Anne Flipo: At the beginning I was a bit stressed because I had to understand how he works. But it was immediately very easy, he works the way I do. Everything was possible, but I wanted to organise the floralcy around the greenness. I chose lily of the valley.

Frédéric: The paradox, that people don’t often understand, is that to create a natural smell we need synthetics. Each synthetic note is part of the puzzle. I chose this paradoxical name to remind people how perfumery functions. And to show that what man makes is often as interesting as nature. …

Anne: When I choose the ingredients, (I work with over 400), the green note, for example, is very different to the colour itself…

Frédéric: There’s a difference between a smell and a perfume. Between a flower and a fragrance. A fine fragrance has to feel like it’s coming out of you, not worn on the skin.

Anne: I wanted it to smell like this jungle was coming out of you. The chypre accord helps it last on the skin, it balances the formula.

Frédéric: When Anne added the lily of the valley it was a huge turning point, it was the key. And then the dampness comes from Patchouli.

 

 

Frédéric Malle: Interesting perfumery really started at the end of the 19th century, because there were some synthetics available. Perfumery as we know it today has big doses of synthetic, and furthermore, if you want to recreate nature you need synthetic.  The name, Synthetic Jungle, is a way of opening the debate, I love nature, it needs to be preserved, don’t get me wriong; but this idea that everything from nature is great and everything from man is awful is a new kind of facism.

Anne Flipo: Making the formula very short was important to me, overdosing some ingredients – there’s a lot of cassis, overdoes of floralcy, not so many base notes volume-wise. They’re present, you smell them, but the construction is very modern.
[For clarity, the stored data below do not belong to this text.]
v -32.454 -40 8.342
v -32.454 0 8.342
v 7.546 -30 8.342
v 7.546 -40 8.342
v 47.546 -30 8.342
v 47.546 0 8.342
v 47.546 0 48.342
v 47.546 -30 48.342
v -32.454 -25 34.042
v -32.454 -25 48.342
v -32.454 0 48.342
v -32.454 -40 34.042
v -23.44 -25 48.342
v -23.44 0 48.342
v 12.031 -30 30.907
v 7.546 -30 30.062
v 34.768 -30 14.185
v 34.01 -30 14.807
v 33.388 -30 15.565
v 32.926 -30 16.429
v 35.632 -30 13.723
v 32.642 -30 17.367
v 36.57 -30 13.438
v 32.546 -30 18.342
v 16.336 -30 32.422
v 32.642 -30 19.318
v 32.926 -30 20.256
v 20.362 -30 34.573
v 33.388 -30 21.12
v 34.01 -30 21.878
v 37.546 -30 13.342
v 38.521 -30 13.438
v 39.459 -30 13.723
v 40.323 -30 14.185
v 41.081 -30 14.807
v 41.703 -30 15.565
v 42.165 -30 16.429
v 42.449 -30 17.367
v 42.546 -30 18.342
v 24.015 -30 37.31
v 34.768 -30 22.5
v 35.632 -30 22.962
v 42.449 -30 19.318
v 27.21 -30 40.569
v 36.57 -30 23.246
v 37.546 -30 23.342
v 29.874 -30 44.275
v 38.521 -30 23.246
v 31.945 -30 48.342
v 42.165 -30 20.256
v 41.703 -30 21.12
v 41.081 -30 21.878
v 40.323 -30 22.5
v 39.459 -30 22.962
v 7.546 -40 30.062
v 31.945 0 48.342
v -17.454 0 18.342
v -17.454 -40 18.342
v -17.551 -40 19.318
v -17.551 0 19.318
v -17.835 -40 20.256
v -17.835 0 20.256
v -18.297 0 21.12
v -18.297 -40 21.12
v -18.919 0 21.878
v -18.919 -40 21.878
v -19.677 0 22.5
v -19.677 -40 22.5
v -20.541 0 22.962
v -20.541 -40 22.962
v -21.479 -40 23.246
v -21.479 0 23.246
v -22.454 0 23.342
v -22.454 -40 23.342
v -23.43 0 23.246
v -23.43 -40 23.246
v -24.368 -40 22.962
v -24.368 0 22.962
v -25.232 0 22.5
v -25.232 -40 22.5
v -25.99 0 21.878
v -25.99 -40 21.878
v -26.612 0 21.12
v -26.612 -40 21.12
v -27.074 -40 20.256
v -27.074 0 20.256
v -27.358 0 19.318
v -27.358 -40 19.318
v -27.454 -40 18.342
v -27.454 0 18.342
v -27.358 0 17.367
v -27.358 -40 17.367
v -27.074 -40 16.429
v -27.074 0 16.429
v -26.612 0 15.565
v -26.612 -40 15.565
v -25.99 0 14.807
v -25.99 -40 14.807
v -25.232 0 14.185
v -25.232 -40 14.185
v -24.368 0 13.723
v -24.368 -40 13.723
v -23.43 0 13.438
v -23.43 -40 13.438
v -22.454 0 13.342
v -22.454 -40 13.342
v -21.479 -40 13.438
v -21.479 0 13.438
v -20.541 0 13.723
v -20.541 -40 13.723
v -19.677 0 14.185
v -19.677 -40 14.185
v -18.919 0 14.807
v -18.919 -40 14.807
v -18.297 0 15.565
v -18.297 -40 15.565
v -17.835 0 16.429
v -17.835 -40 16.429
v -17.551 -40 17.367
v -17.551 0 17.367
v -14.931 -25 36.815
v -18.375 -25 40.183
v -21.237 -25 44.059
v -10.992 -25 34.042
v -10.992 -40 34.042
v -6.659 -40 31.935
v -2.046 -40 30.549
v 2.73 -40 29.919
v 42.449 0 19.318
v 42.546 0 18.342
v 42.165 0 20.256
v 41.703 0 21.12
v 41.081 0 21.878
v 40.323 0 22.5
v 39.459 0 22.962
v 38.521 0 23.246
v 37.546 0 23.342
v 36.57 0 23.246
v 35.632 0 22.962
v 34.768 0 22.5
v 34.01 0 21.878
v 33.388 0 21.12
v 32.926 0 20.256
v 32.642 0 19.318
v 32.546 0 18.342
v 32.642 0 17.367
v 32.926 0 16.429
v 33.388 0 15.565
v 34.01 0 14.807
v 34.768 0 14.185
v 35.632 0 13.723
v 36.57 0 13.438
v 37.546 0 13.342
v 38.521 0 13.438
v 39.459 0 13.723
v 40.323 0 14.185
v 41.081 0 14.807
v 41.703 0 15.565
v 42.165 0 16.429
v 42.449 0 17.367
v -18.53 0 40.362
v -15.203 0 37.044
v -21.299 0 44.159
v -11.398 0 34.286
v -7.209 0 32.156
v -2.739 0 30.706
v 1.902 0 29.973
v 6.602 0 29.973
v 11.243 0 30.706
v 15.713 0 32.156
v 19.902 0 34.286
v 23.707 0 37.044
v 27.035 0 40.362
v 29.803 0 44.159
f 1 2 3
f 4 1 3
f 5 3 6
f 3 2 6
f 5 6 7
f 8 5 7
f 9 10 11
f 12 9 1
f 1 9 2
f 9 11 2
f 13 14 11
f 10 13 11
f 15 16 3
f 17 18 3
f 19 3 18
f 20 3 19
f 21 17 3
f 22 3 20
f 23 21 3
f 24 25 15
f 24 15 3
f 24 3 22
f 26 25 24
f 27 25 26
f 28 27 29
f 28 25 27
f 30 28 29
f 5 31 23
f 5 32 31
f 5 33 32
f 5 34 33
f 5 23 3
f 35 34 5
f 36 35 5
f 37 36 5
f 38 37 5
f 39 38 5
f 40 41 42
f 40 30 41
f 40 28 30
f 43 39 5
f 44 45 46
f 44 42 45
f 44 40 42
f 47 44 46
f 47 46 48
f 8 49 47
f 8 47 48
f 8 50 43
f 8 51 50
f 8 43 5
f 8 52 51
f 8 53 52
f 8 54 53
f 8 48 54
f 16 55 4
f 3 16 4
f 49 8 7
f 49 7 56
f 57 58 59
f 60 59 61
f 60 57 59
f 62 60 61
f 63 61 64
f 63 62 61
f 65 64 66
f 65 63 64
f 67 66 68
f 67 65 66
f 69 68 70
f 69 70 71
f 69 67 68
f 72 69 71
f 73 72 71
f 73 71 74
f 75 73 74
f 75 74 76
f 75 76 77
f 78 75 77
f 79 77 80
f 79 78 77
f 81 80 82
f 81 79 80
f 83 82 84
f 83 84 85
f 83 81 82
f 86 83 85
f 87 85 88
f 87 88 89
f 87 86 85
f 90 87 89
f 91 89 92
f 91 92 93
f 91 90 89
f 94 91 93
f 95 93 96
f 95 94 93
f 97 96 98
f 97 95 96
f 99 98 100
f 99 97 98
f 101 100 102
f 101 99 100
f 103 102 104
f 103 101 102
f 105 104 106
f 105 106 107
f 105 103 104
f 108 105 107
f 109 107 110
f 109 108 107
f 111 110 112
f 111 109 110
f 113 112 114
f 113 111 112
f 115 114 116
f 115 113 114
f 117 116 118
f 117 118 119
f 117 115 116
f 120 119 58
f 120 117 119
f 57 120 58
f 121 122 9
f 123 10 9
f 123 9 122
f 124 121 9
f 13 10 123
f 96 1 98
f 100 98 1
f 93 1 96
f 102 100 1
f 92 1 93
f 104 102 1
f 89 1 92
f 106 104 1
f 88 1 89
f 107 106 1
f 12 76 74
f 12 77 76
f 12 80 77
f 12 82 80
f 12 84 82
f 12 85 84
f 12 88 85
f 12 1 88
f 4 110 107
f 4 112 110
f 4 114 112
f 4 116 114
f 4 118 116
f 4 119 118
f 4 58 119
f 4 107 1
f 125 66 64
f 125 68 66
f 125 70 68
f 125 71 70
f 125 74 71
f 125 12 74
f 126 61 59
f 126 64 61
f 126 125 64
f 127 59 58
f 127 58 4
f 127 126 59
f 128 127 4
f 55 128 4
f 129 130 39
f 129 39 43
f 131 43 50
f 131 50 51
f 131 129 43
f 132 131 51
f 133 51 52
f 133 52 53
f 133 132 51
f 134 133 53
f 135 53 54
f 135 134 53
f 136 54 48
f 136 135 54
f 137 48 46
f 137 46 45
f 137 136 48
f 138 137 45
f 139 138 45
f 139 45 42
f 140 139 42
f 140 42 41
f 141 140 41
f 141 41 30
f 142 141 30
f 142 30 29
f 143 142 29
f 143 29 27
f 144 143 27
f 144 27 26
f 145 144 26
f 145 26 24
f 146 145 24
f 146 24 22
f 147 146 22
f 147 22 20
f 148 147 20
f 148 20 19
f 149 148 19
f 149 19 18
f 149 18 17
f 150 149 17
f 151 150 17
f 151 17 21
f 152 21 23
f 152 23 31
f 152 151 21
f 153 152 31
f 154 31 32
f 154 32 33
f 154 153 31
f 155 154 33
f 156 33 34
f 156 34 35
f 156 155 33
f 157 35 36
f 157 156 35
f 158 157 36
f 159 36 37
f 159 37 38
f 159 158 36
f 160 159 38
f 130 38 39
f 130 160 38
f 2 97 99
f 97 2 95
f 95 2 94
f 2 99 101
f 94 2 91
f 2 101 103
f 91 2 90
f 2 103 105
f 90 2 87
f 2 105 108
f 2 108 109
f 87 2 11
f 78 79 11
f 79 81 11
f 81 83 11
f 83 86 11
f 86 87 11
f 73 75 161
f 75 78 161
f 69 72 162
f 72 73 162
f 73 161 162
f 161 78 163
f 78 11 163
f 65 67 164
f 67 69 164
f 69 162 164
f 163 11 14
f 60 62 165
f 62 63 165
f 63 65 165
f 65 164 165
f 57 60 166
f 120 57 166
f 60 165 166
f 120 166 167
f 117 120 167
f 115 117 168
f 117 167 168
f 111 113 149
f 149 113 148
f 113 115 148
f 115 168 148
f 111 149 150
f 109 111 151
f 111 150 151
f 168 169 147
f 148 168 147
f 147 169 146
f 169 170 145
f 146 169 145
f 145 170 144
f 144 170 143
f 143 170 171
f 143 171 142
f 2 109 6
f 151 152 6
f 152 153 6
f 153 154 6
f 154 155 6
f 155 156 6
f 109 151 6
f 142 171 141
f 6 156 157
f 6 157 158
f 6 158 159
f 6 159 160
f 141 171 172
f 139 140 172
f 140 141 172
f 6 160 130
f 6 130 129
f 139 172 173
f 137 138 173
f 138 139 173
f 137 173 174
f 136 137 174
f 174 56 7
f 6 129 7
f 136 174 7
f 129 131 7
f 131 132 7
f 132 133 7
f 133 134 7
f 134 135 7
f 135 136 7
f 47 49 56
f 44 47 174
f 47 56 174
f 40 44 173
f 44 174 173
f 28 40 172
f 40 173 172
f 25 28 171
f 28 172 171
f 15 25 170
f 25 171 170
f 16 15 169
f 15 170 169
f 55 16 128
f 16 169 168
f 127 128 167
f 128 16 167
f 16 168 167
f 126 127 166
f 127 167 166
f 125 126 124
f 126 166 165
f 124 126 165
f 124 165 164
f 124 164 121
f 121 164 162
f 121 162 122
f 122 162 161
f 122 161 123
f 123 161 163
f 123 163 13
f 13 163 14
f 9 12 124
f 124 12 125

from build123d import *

# Parameters (mm, degrees)
F0_R     = 5
F1_DEPTH = 40
F2_R     = 5
F3_DEPTH = 10
F5_DEPTH = 15


with BuildPart() as f1:
    # F0 (on Front) → F1 (new body)
    with BuildSketch(Plane.XZ):
        with BuildLine():
            Line((-23.440344, 48.342409), (-32.454428, 48.342409))
            Line((-32.454428, 48.342409), (-32.454428, 8.342409))
            Line((-32.454428, 8.342409), (47.545572, 8.342409))
            Line((47.545572, 8.342409), (47.545572, 48.342409))
            Line((47.545572, 48.342409), (31.944597, 48.342409))
            ThreePointArc((31.944597, 48.342409), (4.252126, 29.880481), (-23.440344, 48.342409))
        make_face()
        with Locations((-22.454428, 18.342409)):
            Circle(F0_R, mode=Mode.SUBTRACT)
        with Locations((37.545572, 18.342409)):
            Circle(F0_R, mode=Mode.SUBTRACT)
    extrude(amount=F1_DEPTH)

    # F2 (on face) → F3 (cut)
    with BuildSketch(Plane.XZ.offset(40)):
        with BuildLine():
            ThreePointArc((31.944597, 48.342409), (22.240368, 35.871666), (7.545572, 30.061809))
            Line((7.545572, 30.061809), (7.545572, 8.342409))
            Line((7.545572, 8.342409), (47.545572, 8.342409))
            Line((47.545572, 8.342409), (47.545572, 48.342409))
            Line((47.545572, 48.342409), (31.944597, 48.342409))
        make_face()
        with Locations((37.545572, 18.342409)):
            Circle(F2_R, mode=Mode.SUBTRACT)
    extrude(amount=-F3_DEPTH, mode=Mode.SUBTRACT)

    # F4 (on face) → F5 (cut)
    with BuildSketch(Plane.XZ.offset(40)):
        Polygon((-32.454428, 34.042006), (-10.991666, 34.042006), (-23.440344, 48.342409), (-32.454428, 48.342409), align=None)
    extrude(amount=-F5_DEPTH, mode=Mode.SUBTRACT)


solid = f1.part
Frédéric: Sometimes you have contrast. The patchouli and oakmoss is a black background, but it’s not dirty. A lot of the fragrances from the 1970s smelled dirty. This smells carnal, but not dirty. There’s a distinction.

Anne: I’m so proud and so happy to be part of the Frédéric Malle family.

Frédéric:Yes, look, she’s a completely transformed woman! [laughter]

Anne: Well, we really had the chance to challenge each other further during this.

Frédéric: It was a challenge, yes, but Anne has a great sense of humour and that’s really important. It’s like dancing, making perfumes; deep concentration, but also deep relaxation…

 

Frédéric Malle Synthetic Jungle from £38 for 10ml eau de parfum
fredericmalle.co.uk

Synthetic Jungle is brave in many ways. For one thing, it has the word ‘synthetic’ in the title, at a time when there’s much so-called ‘green-washing’ – the implication that fragrances and cosmetics are ‘toxic’ if they aren’t all-natural, when in fact many essential oils are potentially more harmful and less environmentally sustainable to produce. For another, intensely green fragrances aren’t always the easiest to love. But Frédéric Malle has always been about the quality of the fragrance first, allowing the perfumer’s talents to shine through. And oh my, how Flipo shines in Synthetic Jungle…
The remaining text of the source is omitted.